EXERCISE PROMPT: Output the entries below without any alteration.

Collection entries
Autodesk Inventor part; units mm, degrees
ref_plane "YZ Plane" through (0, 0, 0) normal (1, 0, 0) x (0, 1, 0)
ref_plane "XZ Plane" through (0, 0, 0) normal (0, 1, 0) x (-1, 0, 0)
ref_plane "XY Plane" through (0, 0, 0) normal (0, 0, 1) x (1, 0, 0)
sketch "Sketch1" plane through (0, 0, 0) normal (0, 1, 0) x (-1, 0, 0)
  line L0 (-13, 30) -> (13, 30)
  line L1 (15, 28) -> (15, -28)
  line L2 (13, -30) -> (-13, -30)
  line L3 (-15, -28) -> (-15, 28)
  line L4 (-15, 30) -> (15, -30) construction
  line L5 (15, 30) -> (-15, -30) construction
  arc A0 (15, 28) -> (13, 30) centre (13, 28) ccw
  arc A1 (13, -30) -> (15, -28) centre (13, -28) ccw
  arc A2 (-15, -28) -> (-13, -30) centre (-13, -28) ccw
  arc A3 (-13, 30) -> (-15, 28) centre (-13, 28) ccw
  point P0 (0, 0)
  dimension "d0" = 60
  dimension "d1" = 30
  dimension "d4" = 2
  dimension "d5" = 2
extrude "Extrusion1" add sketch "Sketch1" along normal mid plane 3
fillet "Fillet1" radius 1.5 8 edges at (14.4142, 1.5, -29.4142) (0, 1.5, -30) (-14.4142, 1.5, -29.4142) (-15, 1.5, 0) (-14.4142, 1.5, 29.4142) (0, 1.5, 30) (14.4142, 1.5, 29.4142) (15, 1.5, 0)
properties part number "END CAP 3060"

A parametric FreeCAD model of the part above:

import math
import FreeCAD as App
import Part
import Sketcher
from FreeCAD import Vector
Q = App.Units.Quantity


def edges_at(feature, points):
    """Names of the edges that pass closest to the given points."""
    edges = feature.Shape.Edges
    near = lambda p: min(range(len(edges)), key=lambda i: edges[i].distToShape(Part.Vertex(*p))[0])
    return sorted({f"Edge{near(p) + 1}" for p in points})

doc = App.newDocument("Part")
params = doc.addObject("Spreadsheet::Sheet", "Params")
for row, (alias, value) in enumerate([
    ("sketch1_radius", "2 mm"),
    ("pad1_length", "3 mm"),
    ("fillet_radius", "1.5 mm"),
], start=1):
    params.set(f"A{row}", alias)
    params.set(f"B{row}", "=" + value)
    params.setAlias(f"B{row}", alias)

body = doc.addObject("PartDesign::Body", "Body")

# Sketch on XZ plane
sketch1 = doc.addObject("Sketcher::SketchObject", "Sketch")
body.addObject(sketch1)
sketch1.AttachmentSupport = (doc.XZ_Plane, [""])
sketch1.MapMode = "FlatFace"
sketch1.addGeometry(Part.LineSegment(Vector(-13, 30, 0), Vector(13, 30, 0)), False)
sketch1.addGeometry(Part.ArcOfCircle(Part.Circle(Vector(13, 28, 0), Vector(0, 0, 1), 2), math.radians(0), math.radians(90)), False)
sketch1.addGeometry(Part.LineSegment(Vector(15, 28, 0), Vector(15, -28, 0)), False)
sketch1.addGeometry(Part.ArcOfCircle(Part.Circle(Vector(13, -28, 0), Vector(0, 0, 1), 2), math.radians(-90), math.radians(0)), False)
sketch1.addGeometry(Part.LineSegment(Vector(13, -30, 0), Vector(-13, -30, 0)), False)
sketch1.addGeometry(Part.ArcOfCircle(Part.Circle(Vector(-13, -28, 0), Vector(0, 0, 1), 2), math.radians(180), math.radians(270)), False)
sketch1.addGeometry(Part.LineSegment(Vector(-15, -28, 0), Vector(-15, 28, 0)), False)
sketch1.addGeometry(Part.ArcOfCircle(Part.Circle(Vector(-13, 28, 0), Vector(0, 0, 1), 2), math.radians(90), math.radians(180)), False)
sketch1.addConstraint(Sketcher.Constraint("Tangent", 0, 2, 1, 2))
sketch1.addConstraint(Sketcher.Constraint("Tangent", 1, 1, 2, 1))
sketch1.addConstraint(Sketcher.Constraint("Tangent", 2, 2, 3, 2))
sketch1.addConstraint(Sketcher.Constraint("Tangent", 3, 1, 4, 1))
sketch1.addConstraint(Sketcher.Constraint("Tangent", 4, 2, 5, 2))
sketch1.addConstraint(Sketcher.Constraint("Tangent", 5, 1, 6, 1))
sketch1.addConstraint(Sketcher.Constraint("Tangent", 6, 2, 7, 2))
sketch1.addConstraint(Sketcher.Constraint("Tangent", 7, 1, 0, 1))
sketch1.addConstraint(Sketcher.Constraint("Horizontal", 0))
sketch1.addConstraint(Sketcher.Constraint("Vertical", 2))
sketch1.addConstraint(Sketcher.Constraint("Horizontal", 4))
sketch1.addConstraint(Sketcher.Constraint("Vertical", 6))
sketch1.addConstraint(Sketcher.Constraint("Equal", 1, 3))
sketch1.addConstraint(Sketcher.Constraint("Equal", 3, 5))
sketch1.addConstraint(Sketcher.Constraint("Equal", 5, 7))
sketch1.addConstraint(Sketcher.Constraint("Symmetric", 1, 3, 5, 3, -1, 1))
sketch1.addConstraint(Sketcher.Constraint("Radius", 1, Q("2 mm")))
sketch1.addConstraint(Sketcher.Constraint("DistanceY", -1, 1, 0, 2, Q("30 mm")))
sketch1.addConstraint(Sketcher.Constraint("DistanceX", 5, 1, 2, 2, Q("30 mm")))
sketch1.setExpression("Constraints[16]", "Params.sketch1_radius")
pad1 = doc.addObject("PartDesign::Pad", "Pad")
body.addObject(pad1)
pad1.Profile = sketch1
pad1.setExpression("Length", "Params.pad1_length")
pad1.Midplane = True
doc.recompute()

fillet = doc.addObject("PartDesign::Fillet", "Fillet")
body.addObject(fillet)
fillet.Base = (pad1, edges_at(pad1, [
    (14.414, 1.5, -29.414),
    (0, 1.5, -30),
    (-14.414, 1.5, -29.414),
    (-15, 1.5, 0),
    (-14.414, 1.5, 29.414),
    (0, 1.5, 30),
    (14.414, 1.5, 29.414),
    (15, 1.5, 0),
]))
fillet.setExpression("Radius", "Params.fillet_radius")

doc.recompute()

EXPECTED OUTPUT:
Autodesk Inventor part; units mm, degrees
ref_plane "YZ Plane" through (0, 0, 0) normal (1, 0, 0) x (0, 1, 0)
ref_plane "XZ Plane" through (0, 0, 0) normal (0, 1, 0) x (-1, 0, 0)
ref_plane "XY Plane" through (0, 0, 0) normal (0, 0, 1) x (1, 0, 0)
sketch "Sketch1" plane through (0, 0, 0) normal (0, 1, 0) x (-1, 0, 0)
  line L0 (-13, 30) -> (13, 30)
  line L1 (15, 28) -> (15, -28)
  line L2 (13, -30) -> (-13, -30)
  line L3 (-15, -28) -> (-15, 28)
  line L4 (-15, 30) -> (15, -30) construction
  line L5 (15, 30) -> (-15, -30) construction
  arc A0 (15, 28) -> (13, 30) centre (13, 28) ccw
  arc A1 (13, -30) -> (15, -28) centre (13, -28) ccw
  arc A2 (-15, -28) -> (-13, -30) centre (-13, -28) ccw
  arc A3 (-13, 30) -> (-15, 28) centre (-13, 28) ccw
  point P0 (0, 0)
  dimension "d0" = 60
  dimension "d1" = 30
  dimension "d4" = 2
  dimension "d5" = 2
extrude "Extrusion1" add sketch "Sketch1" along normal mid plane 3
fillet "Fillet1" radius 1.5 8 edges at (14.4142, 1.5, -29.4142) (0, 1.5, -30) (-14.4142, 1.5, -29.4142) (-15, 1.5, 0) (-14.4142, 1.5, 29.4142) (0, 1.5, 30) (14.4142, 1.5, 29.4142) (15, 1.5, 0)
properties part number "END CAP 3060"

A parametric FreeCAD model of the part above:

import math
import FreeCAD as App
import Part
import Sketcher
from FreeCAD import Vector
Q = App.Units.Quantity


def edges_at(feature, points):
    """Names of the edges that pass closest to the given points."""
    edges = feature.Shape.Edges
    near = lambda p: min(range(len(edges)), key=lambda i: edges[i].distToShape(Part.Vertex(*p))[0])
    return sorted({f"Edge{near(p) + 1}" for p in points})

doc = App.newDocument("Part")
params = doc.addObject("Spreadsheet::Sheet", "Params")
for row, (alias, value) in enumerate([
    ("sketch1_radius", "2 mm"),
    ("pad1_length", "3 mm"),
    ("fillet_radius", "1.5 mm"),
], start=1):
    params.set(f"A{row}", alias)
    params.set(f"B{row}", "=" + value)
    params.setAlias(f"B{row}", alias)

body = doc.addObject("PartDesign::Body", "Body")

# Sketch on XZ plane
sketch1 = doc.addObject("Sketcher::SketchObject", "Sketch")
body.addObject(sketch1)
sketch1.AttachmentSupport = (doc.XZ_Plane, [""])
sketch1.MapMode = "FlatFace"
sketch1.addGeometry(Part.LineSegment(Vector(-13, 30, 0), Vector(13, 30, 0)), False)
sketch1.addGeometry(Part.ArcOfCircle(Part.Circle(Vector(13, 28, 0), Vector(0, 0, 1), 2), math.radians(0), math.radians(90)), False)
sketch1.addGeometry(Part.LineSegment(Vector(15, 28, 0), Vector(15, -28, 0)), False)
sketch1.addGeometry(Part.ArcOfCircle(Part.Circle(Vector(13, -28, 0), Vector(0, 0, 1), 2), math.radians(-90), math.radians(0)), False)
sketch1.addGeometry(Part.LineSegment(Vector(13, -30, 0), Vector(-13, -30, 0)), False)
sketch1.addGeometry(Part.ArcOfCircle(Part.Circle(Vector(-13, -28, 0), Vector(0, 0, 1), 2), math.radians(180), math.radians(270)), False)
sketch1.addGeometry(Part.LineSegment(Vector(-15, -28, 0), Vector(-15, 28, 0)), False)
sketch1.addGeometry(Part.ArcOfCircle(Part.Circle(Vector(-13, 28, 0), Vector(0, 0, 1), 2), math.radians(90), math.radians(180)), False)
sketch1.addConstraint(Sketcher.Constraint("Tangent", 0, 2, 1, 2))
sketch1.addConstraint(Sketcher.Constraint("Tangent", 1, 1, 2, 1))
sketch1.addConstraint(Sketcher.Constraint("Tangent", 2, 2, 3, 2))
sketch1.addConstraint(Sketcher.Constraint("Tangent", 3, 1, 4, 1))
sketch1.addConstraint(Sketcher.Constraint("Tangent", 4, 2, 5, 2))
sketch1.addConstraint(Sketcher.Constraint("Tangent", 5, 1, 6, 1))
sketch1.addConstraint(Sketcher.Constraint("Tangent", 6, 2, 7, 2))
sketch1.addConstraint(Sketcher.Constraint("Tangent", 7, 1, 0, 1))
sketch1.addConstraint(Sketcher.Constraint("Horizontal", 0))
sketch1.addConstraint(Sketcher.Constraint("Vertical", 2))
sketch1.addConstraint(Sketcher.Constraint("Horizontal", 4))
sketch1.addConstraint(Sketcher.Constraint("Vertical", 6))
sketch1.addConstraint(Sketcher.Constraint("Equal", 1, 3))
sketch1.addConstraint(Sketcher.Constraint("Equal", 3, 5))
sketch1.addConstraint(Sketcher.Constraint("Equal", 5, 7))
sketch1.addConstraint(Sketcher.Constraint("Symmetric", 1, 3, 5, 3, -1, 1))
sketch1.addConstraint(Sketcher.Constraint("Radius", 1, Q("2 mm")))
sketch1.addConstraint(Sketcher.Constraint("DistanceY", -1, 1, 0, 2, Q("30 mm")))
sketch1.addConstraint(Sketcher.Constraint("DistanceX", 5, 1, 2, 2, Q("30 mm")))
sketch1.setExpression("Constraints[16]", "Params.sketch1_radius")
pad1 = doc.addObject("PartDesign::Pad", "Pad")
body.addObject(pad1)
pad1.Profile = sketch1
pad1.setExpression("Length", "Params.pad1_length")
pad1.Midplane = True
doc.recompute()

fillet = doc.addObject("PartDesign::Fillet", "Fillet")
body.addObject(fillet)
fillet.Base = (pad1, edges_at(pad1, [
    (14.414, 1.5, -29.414),
    (0, 1.5, -30),
    (-14.414, 1.5, -29.414),
    (-15, 1.5, 0),
    (-14.414, 1.5, 29.414),
    (0, 1.5, 30),
    (14.414, 1.5, 29.414),
    (15, 1.5, 0),
]))
fillet.setExpression("Radius", "Params.fillet_radius")

doc.recompute()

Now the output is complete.